[Start of Attachment]
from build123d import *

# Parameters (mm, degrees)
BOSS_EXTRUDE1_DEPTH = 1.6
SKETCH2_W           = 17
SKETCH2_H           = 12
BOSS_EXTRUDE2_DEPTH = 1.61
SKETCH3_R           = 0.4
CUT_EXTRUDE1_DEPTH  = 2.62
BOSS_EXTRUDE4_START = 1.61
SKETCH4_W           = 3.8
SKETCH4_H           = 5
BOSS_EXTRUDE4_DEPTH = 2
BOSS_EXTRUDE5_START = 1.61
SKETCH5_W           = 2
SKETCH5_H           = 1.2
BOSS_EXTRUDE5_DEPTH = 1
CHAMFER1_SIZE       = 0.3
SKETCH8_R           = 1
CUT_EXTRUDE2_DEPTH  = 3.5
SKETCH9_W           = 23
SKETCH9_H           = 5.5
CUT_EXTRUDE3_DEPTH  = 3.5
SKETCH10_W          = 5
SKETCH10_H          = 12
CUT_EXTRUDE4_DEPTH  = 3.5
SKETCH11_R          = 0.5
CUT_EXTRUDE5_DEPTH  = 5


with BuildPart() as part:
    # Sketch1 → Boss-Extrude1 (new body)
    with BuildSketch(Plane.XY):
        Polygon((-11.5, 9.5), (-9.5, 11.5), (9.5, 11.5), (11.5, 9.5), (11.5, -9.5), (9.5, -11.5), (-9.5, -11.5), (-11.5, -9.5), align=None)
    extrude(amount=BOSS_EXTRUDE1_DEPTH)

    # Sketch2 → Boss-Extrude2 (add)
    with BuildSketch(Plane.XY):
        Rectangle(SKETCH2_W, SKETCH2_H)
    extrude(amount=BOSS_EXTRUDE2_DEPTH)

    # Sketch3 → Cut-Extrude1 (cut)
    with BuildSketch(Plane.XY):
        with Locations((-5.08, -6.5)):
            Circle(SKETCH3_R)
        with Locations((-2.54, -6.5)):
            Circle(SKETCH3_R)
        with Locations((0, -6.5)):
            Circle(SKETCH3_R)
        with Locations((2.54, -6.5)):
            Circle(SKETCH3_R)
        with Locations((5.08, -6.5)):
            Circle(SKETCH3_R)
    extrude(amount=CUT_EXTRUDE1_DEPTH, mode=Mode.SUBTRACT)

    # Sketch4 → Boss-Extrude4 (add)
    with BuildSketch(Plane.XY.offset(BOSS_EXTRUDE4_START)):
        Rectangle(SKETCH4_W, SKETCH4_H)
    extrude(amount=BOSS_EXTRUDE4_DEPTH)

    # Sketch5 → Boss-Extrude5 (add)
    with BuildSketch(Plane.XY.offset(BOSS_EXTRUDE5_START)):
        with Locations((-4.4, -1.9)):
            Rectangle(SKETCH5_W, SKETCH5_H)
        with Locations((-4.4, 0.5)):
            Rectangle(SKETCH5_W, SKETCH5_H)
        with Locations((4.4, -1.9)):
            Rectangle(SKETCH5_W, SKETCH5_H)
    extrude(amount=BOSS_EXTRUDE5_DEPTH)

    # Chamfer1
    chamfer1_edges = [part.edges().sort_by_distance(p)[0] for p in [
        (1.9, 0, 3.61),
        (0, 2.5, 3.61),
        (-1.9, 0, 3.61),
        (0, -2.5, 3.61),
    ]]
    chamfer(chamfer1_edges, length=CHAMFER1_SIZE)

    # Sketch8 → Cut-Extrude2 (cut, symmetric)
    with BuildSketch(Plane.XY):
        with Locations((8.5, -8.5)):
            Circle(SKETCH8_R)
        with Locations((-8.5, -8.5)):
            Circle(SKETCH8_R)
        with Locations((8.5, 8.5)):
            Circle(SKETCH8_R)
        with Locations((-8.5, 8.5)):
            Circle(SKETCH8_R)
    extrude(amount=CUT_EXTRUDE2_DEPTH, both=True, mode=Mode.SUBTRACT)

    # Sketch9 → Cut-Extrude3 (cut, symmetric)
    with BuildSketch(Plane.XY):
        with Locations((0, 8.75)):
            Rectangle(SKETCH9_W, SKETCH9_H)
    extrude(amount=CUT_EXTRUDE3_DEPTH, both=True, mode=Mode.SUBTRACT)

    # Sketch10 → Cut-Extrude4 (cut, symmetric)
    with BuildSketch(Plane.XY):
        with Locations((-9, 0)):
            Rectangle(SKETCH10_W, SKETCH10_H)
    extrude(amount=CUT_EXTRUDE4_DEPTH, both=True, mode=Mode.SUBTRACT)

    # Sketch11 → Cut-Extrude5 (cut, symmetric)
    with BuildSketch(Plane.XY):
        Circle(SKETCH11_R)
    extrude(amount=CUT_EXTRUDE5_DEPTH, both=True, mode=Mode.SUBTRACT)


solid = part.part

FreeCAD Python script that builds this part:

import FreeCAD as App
import Part
import Sketcher

V = App.Vector
Q = App.Units.Quantity


def edges_at(feature, points):
    """Names of the edges that pass closest to the given points."""
    edges = feature.Shape.Edges
    near = lambda p: min(range(len(edges)), key=lambda i: edges[i].distToShape(Part.Vertex(*p))[0])
    return sorted({f"Edge{near(p) + 1}" for p in points})

doc = App.newDocument("Part")
body = doc.addObject("PartDesign::Body", "Body")

sketch1 = doc.addObject("Sketcher::SketchObject", "Sketch")
body.addObject(sketch1)
sketch1.AttachmentSupport = (doc.XY_Plane, [""])
sketch1.MapMode = "FlatFace"
sketch1.addGeometry(Part.LineSegment(V(-9.5, 11.5, 0), V(-11.5, 9.5, 0)), False)
sketch1.addGeometry(Part.LineSegment(V(-11.5, 9.5, 0), V(-11.5, -9.5, 0)), False)
sketch1.addGeometry(Part.LineSegment(V(-11.5, -9.5, 0), V(-9.5, -11.5, 0)), False)
sketch1.addGeometry(Part.LineSegment(V(-9.5, -11.5, 0), V(9.5, -11.5, 0)), False)
sketch1.addGeometry(Part.LineSegment(V(9.5, -11.5, 0), V(11.5, -9.5, 0)), False)
sketch1.addGeometry(Part.LineSegment(V(11.5, -9.5, 0), V(11.5, 9.5, 0)), False)
sketch1.addGeometry(Part.LineSegment(V(11.5, 9.5, 0), V(9.5, 11.5, 0)), False)
sketch1.addGeometry(Part.LineSegment(V(9.5, 11.5, 0), V(-9.5, 11.5, 0)), False)
sketch1.addConstraint(Sketcher.Constraint("Coincident", 0, 2, 1, 1))
sketch1.addConstraint(Sketcher.Constraint("Coincident", 1, 2, 2, 1))
sketch1.addConstraint(Sketcher.Constraint("Coincident", 2, 2, 3, 1))
sketch1.addConstraint(Sketcher.Constraint("Coincident", 3, 2, 4, 1))
sketch1.addConstraint(Sketcher.Constraint("Coincident", 4, 2, 5, 1))
sketch1.addConstraint(Sketcher.Constraint("Coincident", 5, 2, 6, 1))
sketch1.addConstraint(Sketcher.Constraint("Coincident", 6, 2, 7, 1))
sketch1.addConstraint(Sketcher.Constraint("Coincident", 7, 2, 0, 1))
sketch1.addConstraint(Sketcher.Constraint("Vertical", 1))
sketch1.addConstraint(Sketcher.Constraint("Horizontal", 3))
sketch1.addConstraint(Sketcher.Constraint("Vertical", 5))
sketch1.addConstraint(Sketcher.Constraint("Horizontal", 7))
sketch1.addConstraint(Sketcher.Constraint("Symmetric", 0, 2, 4, 2, -1, 1))
sketch1.addConstraint(Sketcher.Constraint("Symmetric", 2, 2, 6, 2, -1, 1))
sketch1.addConstraint(Sketcher.Constraint("Perpendicular", 0, 2))
sketch1.addConstraint(Sketcher.Constraint("Perpendicular", 2, 4))
sketch1.addConstraint(Sketcher.Constraint("Perpendicular", 4, 6))
sketch1.addConstraint(Sketcher.Constraint("Horizontal", 1, 2, 4, 2))
sketch1.addConstraint(Sketcher.Constraint("Vertical", 3, 2, 6, 2))
sketch1.addConstraint(Sketcher.Constraint("Equal", 7, 1))
sketch1.addConstraint(Sketcher.Constraint("DistanceX", 3, 1, 3, 2, Q("19 mm")))
sketch1.addConstraint(Sketcher.Constraint("DistanceX", 1, 2, 2, 2, Q("2 mm")))
pad1 = doc.addObject("PartDesign::Pad", "Pad")
body.addObject(pad1)
pad1.Profile = sketch1
pad1.Length = 1.6

sketch2 = doc.addObject("Sketcher::SketchObject", "Sketch001")
body.addObject(sketch2)
sketch2.AttachmentSupport = (doc.XY_Plane, [""])
sketch2.MapMode = "FlatFace"
sketch2.addGeometry(Part.LineSegment(V(-8.5, 6, 0), V(-8.5, -6, 0)), False)
sketch2.addGeometry(Part.LineSegment(V(-8.5, -6, 0), V(8.5, -6, 0)), False)
sketch2.addGeometry(Part.LineSegment(V(8.5, -6, 0), V(8.5, 6, 0)), False)
sketch2.addGeometry(Part.LineSegment(V(8.5, 6, 0), V(-8.5, 6, 0)), False)
sketch2.addConstraint(Sketcher.Constraint("Coincident", 0, 2, 1, 1))
sketch2.addConstraint(Sketcher.Constraint("Coincident", 1, 2, 2, 1))
sketch2.addConstraint(Sketcher.Constraint("Coincident", 2, 2, 3, 1))
sketch2.addConstraint(Sketcher.Constraint("Coincident", 3, 2, 0, 1))
sketch2.addConstraint(Sketcher.Constraint("Vertical", 0))
sketch2.addConstraint(Sketcher.Constraint("Horizontal", 1))
sketch2.addConstraint(Sketcher.Constraint("Vertical", 2))
sketch2.addConstraint(Sketcher.Constraint("Horizontal", 3))
sketch2.addConstraint(Sketcher.Constraint("Symmetric", 0, 2, 2, 2, -1, 1))
sketch2.addConstraint(Sketcher.Constraint("DistanceX", 1, 1, 1, 2, Q("17 mm")))
sketch2.addConstraint(Sketcher.Constraint("DistanceY", 0, 2, 0, 1, Q("12 mm")))
pad2 = doc.addObject("PartDesign::Pad", "Pad001")
body.addObject(pad2)
pad2.Profile = sketch2
pad2.Length = 1.61

sketch3 = doc.addObject("Sketcher::SketchObject", "Sketch002")
body.addObject(sketch3)
sketch3.AttachmentSupport = (doc.XY_Plane, [""])
sketch3.MapMode = "FlatFace"
sketch3.addGeometry(Part.Circle(V(-5.08, -6.5, 0), V(0, 0, 1), 0.4), False)
sketch3.addGeometry(Part.Circle(V(-2.54, -6.5, 0), V(0, 0, 1), 0.4), False)
sketch3.addGeometry(Part.Circle(V(0, -6.5, 0), V(0, 0, 1), 0.4), False)
sketch3.addGeometry(Part.Circle(V(2.54, -6.5, 0), V(0, 0, 1), 0.4), False)
sketch3.addGeometry(Part.Circle(V(5.08, -6.5, 0), V(0, 0, 1), 0.4), False)
sketch3.addConstraint(Sketcher.Constraint("Equal", 0, 1))
sketch3.addConstraint(Sketcher.Constraint("Equal", 1, 2))
sketch3.addConstraint(Sketcher.Constraint("Equal", 2, 3))
sketch3.addConstraint(Sketcher.Constraint("Equal", 3, 4))
sketch3.addConstraint(Sketcher.Constraint("Symmetric", 1, 3, 3, 3, -2))
sketch3.addConstraint(Sketcher.Constraint("Symmetric", 0, 3, 4, 3, -2))
sketch3.addConstraint(Sketcher.Constraint("PointOnObject", 2, 3, -2))
sketch3.addConstraint(Sketcher.Constraint("Horizontal", 0, 3, 1, 3))
sketch3.addConstraint(Sketcher.Constraint("Horizontal", 1, 3, 2, 3))
sketch3.addConstraint(Sketcher.Constraint("Diameter", 0, Q("0.8 mm")))
sketch3.addConstraint(Sketcher.Constraint("DistanceY", 0, 3, -1, 1, Q("6.5 mm")))
sketch3.addConstraint(Sketcher.Constraint("DistanceX", 0, 3, -1, 1, Q("5.08 mm")))
sketch3.addConstraint(Sketcher.Constraint("DistanceX", 1, 3, -1, 1, Q("2.54 mm")))
pocket1 = doc.addObject("PartDesign::Pocket", "Pocket")
body.addObject(pocket1)
pocket1.Profile = sketch3
pocket1.Length = 2.62
pocket1.Reversed = True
[End of Attachment]
--- PROBLEM ---
Copy out the lines above exactly, beginning at the one that contains "BOSS_EXTRUDE5_DEPTH = 1" and ending at the one that contains "with BuildPart() as".

--- RESPONSE BOX ---
BOSS_EXTRUDE5_DEPTH = 1
CHAMFER1_SIZE       = 0.3
SKETCH8_R           = 1
CUT_EXTRUDE2_DEPTH  = 3.5
SKETCH9_W           = 23
SKETCH9_H           = 5.5
CUT_EXTRUDE3_DEPTH  = 3.5
SKETCH10_W          = 5
SKETCH10_H          = 12
CUT_EXTRUDE4_DEPTH  = 3.5
SKETCH11_R          = 0.5
CUT_EXTRUDE5_DEPTH  = 5


with BuildPart() as part:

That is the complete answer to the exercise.